(HOW TO COMPLETE THIS TASK) Report each line of the entries that contains the word "through", copied in full.

(GIVEN DATA)
* * *

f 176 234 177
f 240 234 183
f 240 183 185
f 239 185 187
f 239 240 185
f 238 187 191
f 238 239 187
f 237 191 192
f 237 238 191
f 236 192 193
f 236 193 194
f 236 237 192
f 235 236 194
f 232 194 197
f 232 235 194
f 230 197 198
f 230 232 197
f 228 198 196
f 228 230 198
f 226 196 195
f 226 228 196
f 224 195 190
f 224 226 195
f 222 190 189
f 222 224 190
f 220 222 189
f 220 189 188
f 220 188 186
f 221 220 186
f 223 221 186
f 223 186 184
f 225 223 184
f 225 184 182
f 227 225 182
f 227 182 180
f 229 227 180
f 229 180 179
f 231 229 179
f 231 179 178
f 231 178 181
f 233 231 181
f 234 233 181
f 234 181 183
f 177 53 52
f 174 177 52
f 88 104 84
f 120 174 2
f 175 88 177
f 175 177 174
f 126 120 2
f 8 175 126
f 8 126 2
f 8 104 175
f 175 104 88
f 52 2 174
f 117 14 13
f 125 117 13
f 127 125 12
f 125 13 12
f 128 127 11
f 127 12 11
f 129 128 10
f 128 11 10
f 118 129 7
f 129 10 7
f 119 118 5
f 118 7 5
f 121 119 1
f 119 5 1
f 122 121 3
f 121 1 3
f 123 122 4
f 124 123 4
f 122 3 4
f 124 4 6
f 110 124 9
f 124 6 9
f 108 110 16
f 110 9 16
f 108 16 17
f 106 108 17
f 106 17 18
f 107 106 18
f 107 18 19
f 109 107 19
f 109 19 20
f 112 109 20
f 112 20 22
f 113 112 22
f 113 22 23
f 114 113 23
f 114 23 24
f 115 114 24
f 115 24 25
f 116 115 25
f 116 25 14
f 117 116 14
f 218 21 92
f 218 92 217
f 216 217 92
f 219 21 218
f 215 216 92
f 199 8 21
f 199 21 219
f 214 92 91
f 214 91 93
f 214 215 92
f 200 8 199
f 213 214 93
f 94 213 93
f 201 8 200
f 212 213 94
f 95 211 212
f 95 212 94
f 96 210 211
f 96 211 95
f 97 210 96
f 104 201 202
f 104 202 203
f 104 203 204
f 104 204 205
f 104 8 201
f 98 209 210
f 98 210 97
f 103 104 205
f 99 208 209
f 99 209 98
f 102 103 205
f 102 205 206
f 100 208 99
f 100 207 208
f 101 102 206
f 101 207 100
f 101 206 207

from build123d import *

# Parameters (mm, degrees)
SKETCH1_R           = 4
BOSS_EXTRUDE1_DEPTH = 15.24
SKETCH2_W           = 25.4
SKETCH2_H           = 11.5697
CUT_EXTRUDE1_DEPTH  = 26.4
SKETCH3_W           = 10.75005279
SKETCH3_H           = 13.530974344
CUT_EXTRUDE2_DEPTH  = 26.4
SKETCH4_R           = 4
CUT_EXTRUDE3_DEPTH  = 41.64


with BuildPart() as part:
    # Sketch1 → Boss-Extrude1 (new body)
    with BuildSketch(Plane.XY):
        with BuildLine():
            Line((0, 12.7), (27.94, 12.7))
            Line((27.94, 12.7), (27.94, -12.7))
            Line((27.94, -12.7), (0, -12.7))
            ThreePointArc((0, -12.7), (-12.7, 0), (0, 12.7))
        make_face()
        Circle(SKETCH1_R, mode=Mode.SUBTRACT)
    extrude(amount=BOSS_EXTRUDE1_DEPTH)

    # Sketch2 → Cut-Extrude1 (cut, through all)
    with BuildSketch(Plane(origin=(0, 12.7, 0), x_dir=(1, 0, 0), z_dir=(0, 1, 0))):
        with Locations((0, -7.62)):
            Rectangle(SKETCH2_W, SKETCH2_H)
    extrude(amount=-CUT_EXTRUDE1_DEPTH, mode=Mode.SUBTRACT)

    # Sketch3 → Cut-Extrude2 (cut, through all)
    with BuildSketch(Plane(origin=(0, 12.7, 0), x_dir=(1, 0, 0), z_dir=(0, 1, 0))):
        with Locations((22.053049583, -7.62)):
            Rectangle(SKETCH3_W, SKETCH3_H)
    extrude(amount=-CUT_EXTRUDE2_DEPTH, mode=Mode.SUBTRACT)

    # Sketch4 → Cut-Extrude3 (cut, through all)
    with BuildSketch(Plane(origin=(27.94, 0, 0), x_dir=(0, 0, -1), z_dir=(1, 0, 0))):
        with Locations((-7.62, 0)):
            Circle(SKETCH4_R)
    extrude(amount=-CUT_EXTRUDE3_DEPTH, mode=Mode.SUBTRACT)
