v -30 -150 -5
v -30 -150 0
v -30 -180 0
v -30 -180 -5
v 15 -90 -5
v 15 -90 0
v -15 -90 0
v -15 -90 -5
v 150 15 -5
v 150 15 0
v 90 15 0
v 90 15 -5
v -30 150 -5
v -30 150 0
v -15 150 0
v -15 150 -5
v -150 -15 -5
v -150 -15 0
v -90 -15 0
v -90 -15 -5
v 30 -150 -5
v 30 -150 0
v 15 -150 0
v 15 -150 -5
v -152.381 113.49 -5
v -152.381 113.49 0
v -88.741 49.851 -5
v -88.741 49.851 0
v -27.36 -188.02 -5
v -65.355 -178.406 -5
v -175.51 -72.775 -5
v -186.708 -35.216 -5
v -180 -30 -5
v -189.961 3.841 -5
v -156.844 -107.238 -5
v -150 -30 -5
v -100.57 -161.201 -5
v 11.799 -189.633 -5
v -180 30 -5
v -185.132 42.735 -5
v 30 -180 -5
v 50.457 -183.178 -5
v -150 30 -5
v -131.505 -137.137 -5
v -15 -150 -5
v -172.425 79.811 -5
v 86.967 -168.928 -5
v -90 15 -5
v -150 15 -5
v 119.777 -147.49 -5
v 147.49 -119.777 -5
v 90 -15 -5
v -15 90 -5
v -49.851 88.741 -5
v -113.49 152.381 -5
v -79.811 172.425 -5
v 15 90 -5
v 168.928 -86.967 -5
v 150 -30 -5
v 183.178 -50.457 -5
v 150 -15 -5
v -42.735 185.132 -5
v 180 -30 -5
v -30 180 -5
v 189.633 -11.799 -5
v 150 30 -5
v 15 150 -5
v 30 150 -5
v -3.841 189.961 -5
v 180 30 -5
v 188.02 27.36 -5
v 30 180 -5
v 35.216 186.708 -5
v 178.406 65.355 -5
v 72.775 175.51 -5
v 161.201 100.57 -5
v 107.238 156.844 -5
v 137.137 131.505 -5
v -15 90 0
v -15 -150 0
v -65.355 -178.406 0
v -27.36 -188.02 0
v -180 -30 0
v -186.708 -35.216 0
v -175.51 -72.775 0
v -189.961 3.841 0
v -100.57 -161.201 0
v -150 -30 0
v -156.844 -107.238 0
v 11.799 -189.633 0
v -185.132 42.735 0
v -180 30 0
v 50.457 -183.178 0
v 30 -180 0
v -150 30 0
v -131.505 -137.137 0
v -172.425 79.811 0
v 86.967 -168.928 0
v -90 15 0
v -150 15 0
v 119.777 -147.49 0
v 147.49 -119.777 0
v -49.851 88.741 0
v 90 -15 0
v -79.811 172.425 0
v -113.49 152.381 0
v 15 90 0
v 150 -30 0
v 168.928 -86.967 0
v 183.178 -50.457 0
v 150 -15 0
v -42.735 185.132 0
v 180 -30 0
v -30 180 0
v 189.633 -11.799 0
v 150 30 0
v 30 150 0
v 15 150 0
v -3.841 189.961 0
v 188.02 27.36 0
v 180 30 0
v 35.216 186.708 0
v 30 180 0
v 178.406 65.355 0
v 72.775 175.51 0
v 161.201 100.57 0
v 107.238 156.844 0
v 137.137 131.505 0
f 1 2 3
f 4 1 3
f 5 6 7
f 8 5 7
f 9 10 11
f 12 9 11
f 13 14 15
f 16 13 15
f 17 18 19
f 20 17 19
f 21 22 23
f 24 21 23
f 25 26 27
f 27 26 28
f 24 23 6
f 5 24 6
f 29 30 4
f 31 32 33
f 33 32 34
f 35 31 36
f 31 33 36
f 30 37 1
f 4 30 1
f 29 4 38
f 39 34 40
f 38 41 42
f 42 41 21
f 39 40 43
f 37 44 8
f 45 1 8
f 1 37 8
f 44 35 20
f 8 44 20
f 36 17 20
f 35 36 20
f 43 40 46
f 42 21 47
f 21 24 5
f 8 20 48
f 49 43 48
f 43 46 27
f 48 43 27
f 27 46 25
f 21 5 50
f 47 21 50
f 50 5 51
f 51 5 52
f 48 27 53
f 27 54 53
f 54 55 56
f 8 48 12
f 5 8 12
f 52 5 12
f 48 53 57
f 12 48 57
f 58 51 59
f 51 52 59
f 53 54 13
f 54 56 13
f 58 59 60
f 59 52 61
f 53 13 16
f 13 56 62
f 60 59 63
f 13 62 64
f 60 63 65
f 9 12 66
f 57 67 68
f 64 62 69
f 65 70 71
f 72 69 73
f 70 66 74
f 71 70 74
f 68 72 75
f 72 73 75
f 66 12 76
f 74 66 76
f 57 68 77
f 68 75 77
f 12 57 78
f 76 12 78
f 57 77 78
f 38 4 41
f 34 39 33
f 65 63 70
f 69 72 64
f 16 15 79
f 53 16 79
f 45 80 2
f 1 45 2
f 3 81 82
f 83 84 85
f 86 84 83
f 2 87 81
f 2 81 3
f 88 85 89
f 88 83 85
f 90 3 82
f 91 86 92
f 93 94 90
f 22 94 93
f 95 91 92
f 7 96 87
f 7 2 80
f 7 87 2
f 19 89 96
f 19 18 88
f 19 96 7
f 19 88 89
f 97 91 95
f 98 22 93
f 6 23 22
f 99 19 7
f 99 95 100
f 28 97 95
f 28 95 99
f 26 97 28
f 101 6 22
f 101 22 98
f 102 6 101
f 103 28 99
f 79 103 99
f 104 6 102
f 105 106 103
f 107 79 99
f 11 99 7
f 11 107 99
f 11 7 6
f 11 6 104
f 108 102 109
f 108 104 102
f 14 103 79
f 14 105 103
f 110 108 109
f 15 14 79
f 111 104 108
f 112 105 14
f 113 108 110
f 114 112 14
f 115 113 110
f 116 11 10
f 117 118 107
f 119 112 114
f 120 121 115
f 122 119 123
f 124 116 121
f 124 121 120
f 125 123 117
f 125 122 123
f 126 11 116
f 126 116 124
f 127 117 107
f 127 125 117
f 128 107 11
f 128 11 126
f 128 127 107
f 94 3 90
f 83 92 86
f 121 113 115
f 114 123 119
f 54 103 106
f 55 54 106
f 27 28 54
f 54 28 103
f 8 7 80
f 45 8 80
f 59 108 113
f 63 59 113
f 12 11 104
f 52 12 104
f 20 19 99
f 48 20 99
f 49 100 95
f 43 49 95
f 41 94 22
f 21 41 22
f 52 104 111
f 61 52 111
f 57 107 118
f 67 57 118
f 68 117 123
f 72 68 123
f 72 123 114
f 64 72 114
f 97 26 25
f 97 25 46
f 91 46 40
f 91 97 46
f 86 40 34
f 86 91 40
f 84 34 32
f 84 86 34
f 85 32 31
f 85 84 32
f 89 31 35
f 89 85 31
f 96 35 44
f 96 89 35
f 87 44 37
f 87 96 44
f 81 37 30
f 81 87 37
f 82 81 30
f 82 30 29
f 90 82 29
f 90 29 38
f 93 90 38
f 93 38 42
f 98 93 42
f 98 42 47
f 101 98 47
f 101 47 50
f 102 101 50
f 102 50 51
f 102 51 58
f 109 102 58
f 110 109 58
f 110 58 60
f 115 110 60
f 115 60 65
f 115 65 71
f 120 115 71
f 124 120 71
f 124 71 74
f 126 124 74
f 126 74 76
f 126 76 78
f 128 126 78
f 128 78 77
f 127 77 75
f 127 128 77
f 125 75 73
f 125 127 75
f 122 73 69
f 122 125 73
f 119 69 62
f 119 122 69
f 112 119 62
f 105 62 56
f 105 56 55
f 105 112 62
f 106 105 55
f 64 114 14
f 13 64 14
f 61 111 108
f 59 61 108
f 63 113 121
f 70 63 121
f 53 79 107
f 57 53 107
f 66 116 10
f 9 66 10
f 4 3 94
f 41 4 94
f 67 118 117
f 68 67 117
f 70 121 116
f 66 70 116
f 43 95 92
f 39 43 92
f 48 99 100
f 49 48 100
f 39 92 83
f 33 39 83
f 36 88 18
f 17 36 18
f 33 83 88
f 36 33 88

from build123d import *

# Parameters (mm, degrees)
ESQUISSE1_R             = 190
BOSS_EXTRU_1_DEPTH      = 5
ENL_V_MAT_EXTRU_1_DEPTH = 5
ENL_V_MAT_EXTRU_2_DEPTH = 10


with BuildPart() as part:
    # Esquisse1 → Boss.-Extru.1 (new body)
    with BuildSketch(Plane.XY):
        Circle(ESQUISSE1_R)
    extrude(amount=-BOSS_EXTRU_1_DEPTH)

    # Esquisse2 → Enlèv. mat.-Extru.1 (cut)
    with BuildSketch(Plane.XY):
        Polygon((-15, 150), (-15, 90), (15, 90), (15, 150), (30, 150), (30, 180), (-30, 180), (-30, 150), align=None)
        Polygon((30, -180), (30, -150), (15, -150), (15, -90), (-15, -90), (-15, -150), (-30, -150), (-30, -180), align=None)
        Polygon((180, 30), (150, 30), (150, 15), (90, 15), (90, -15), (150, -15), (150, -30), (180, -30), align=None)
        Polygon((-180, -30), (-150, -30), (-150, -15), (-90, -15), (-90, 15), (-150, 15), (-150, 30), (-180, 30), align=None)
    extrude(amount=-ENL_V_MAT_EXTRU_1_DEPTH, mode=Mode.SUBTRACT)

    # Esquisse3 → Enlèv. mat.-Extru.2 (cut)
    with BuildSketch(Plane.XY):
        Polygon((-88.741430887, 49.850557922), (-49.850557922, 88.741430887), (-113.490168229, 152.381041194), (-120.561236041, 159.452109006), (-159.452109006, 120.561236041), (-152.381041194, 113.490168229), align=None)
    extrude(amount=-ENL_V_MAT_EXTRU_2_DEPTH, mode=Mode.SUBTRACT)


solid = part.part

* * *

(ANSWER FOR THIS EXERCISE)
    # Sketch2 → Cut-Extrude1 (cut, through all)
    # Sketch3 → Cut-Extrude2 (cut, through all)
    # Sketch4 → Cut-Extrude3 (cut, through all)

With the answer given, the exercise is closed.